In all 4 plants. Maybe it is my growing conditions, timing, or some other error on my part but I am finished with squash. I will be quite content purchasing mine from produce stand. The SVB's have won the battle
FWIW, DE isn't really for soft-bodied insects. It works on hard-shelled insects because it abrades their exoskeletons and removes the waxy coating that protects them, then they desiccate. It doesn't always work well on soft, flexible-skinned pests like caterpillars and grubs.
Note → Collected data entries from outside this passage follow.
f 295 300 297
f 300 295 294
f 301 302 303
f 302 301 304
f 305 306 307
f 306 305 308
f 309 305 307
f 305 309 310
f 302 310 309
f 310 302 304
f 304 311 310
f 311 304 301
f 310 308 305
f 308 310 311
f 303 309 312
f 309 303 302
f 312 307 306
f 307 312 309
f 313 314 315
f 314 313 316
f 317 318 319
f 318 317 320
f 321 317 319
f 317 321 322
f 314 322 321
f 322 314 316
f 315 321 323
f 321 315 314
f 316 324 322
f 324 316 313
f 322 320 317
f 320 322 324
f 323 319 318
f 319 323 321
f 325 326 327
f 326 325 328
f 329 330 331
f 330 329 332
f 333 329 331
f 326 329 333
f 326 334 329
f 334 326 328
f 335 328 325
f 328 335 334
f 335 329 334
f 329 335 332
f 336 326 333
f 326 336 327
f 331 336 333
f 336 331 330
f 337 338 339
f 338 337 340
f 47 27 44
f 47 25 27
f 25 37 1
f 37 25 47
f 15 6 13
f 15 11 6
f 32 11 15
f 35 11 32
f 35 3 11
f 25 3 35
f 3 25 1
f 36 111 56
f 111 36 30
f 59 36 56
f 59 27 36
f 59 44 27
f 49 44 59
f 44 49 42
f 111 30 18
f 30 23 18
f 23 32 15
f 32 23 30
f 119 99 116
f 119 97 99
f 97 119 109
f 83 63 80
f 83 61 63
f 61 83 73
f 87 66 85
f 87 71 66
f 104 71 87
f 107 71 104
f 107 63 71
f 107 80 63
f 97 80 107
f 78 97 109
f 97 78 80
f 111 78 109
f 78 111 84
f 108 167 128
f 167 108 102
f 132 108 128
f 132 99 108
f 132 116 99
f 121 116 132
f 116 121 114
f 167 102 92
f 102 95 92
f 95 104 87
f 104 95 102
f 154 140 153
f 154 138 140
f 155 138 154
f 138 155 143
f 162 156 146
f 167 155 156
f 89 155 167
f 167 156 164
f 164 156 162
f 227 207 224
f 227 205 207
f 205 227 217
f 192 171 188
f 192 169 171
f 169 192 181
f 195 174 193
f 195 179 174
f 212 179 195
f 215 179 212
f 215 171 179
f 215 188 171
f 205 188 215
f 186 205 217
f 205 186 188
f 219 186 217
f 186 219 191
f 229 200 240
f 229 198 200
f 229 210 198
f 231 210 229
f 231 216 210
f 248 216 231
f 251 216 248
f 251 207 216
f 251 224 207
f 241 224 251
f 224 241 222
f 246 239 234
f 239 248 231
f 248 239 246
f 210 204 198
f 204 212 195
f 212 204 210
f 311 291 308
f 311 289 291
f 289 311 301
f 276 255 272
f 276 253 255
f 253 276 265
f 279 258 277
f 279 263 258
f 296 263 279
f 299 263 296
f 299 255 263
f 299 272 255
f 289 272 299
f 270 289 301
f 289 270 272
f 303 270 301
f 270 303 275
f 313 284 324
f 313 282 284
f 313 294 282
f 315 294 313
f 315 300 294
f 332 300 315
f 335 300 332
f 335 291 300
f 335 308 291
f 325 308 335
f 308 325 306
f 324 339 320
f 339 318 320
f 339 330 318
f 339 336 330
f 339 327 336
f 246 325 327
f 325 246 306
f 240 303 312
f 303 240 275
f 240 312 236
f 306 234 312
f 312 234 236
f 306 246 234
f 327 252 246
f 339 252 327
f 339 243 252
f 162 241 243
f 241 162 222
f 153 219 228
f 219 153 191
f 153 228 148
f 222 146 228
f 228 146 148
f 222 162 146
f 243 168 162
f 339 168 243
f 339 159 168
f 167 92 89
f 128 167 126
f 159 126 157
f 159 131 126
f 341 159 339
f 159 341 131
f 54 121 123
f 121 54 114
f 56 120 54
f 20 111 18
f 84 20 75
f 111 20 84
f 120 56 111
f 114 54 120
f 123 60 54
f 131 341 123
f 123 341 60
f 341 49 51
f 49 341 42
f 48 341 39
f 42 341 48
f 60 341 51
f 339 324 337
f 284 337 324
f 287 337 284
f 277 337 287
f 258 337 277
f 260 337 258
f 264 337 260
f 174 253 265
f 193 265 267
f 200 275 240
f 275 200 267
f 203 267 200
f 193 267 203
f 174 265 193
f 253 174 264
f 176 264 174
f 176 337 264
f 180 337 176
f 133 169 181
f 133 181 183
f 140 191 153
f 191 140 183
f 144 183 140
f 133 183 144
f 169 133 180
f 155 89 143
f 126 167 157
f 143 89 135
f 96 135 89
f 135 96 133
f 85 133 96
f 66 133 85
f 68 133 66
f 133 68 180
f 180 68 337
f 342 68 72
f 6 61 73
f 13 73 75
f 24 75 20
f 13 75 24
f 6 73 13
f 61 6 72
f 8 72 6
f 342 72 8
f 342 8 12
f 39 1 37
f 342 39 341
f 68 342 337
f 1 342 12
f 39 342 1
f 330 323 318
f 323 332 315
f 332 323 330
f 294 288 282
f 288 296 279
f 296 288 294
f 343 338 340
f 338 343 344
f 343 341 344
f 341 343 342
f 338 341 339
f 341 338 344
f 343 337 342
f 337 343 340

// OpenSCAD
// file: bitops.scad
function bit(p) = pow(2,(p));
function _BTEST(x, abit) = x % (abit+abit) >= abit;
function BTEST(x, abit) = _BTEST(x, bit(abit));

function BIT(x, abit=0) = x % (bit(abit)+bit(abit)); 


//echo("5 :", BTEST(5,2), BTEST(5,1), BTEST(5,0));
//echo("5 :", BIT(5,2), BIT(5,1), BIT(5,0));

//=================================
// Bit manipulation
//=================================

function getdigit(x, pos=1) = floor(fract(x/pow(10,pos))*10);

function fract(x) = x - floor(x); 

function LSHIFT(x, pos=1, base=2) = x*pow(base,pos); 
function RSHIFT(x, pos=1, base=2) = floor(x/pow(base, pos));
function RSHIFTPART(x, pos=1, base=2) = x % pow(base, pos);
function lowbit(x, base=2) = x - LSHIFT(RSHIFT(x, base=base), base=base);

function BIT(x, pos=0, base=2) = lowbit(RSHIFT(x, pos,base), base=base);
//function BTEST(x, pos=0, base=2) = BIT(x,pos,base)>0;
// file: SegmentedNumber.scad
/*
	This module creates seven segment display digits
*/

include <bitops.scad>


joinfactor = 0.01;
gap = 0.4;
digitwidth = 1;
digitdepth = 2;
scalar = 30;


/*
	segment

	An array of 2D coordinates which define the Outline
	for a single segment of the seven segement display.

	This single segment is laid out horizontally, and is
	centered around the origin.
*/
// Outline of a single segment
And for people who don't like to use pesticides because of possible harm to non-pest organisms--DE is actually more broad-spectrum than Bt. DE will harm anything that has an exoskeleton, which means most pollinators and predatory insects. But Bt is very specific. BtK harms only moth and butterfly larvae, i.e., caterpillars, including the squash borer caterpillar. (BtI harms only the larvae of long flies like mosquitoes, blackflies, etc.). So it's actually less of a "pesticide" than DE and, unlike DE, it will actually work on borers if you spray the plants at the right time. The caterpillar has to eat the Bt for it to work--it's not a contact pesticide--and Bt doesn't kill its targets immediately. So Bt has to be on the vine when the borer starts boring into it so that the borer actually eats the Bt. It won't prevent the borer from boring, but it will hopefully kill the borer before it can eat through a lot of the vine and do enough damage to hurt the plant. If your timing is off, though, and the Bt has worn off or gotten washed off when the borer hatches and starts eating into the vine, it won't work.

In my experience, you should apply it at a higher concentration than the bottle indicates to the bases of the vines every few days once you start seeing eggs and reapply immediately if it rains. If you have a lot of plants, you won't get them all, as there will still be windows of opportunity for borers to get in if they hatch right after the Bt was washed off by rain or if you missed a spot or something. But it should help more than DE.

I've actually been wondering whether it might work to spray the Bt, then coat with vaseline or something on top after it dries to protect it from wearing off/washing off so quickly. But I have no idea whether that would inactivate the bacterium or what.

Spinosad is somewhat more broad-spectrum than Bt, so I use it sparingly. I think only at the bases of squash plants is a good use for it, since it doesn't come into contact with pollinators at all and covers a limited area on the plant.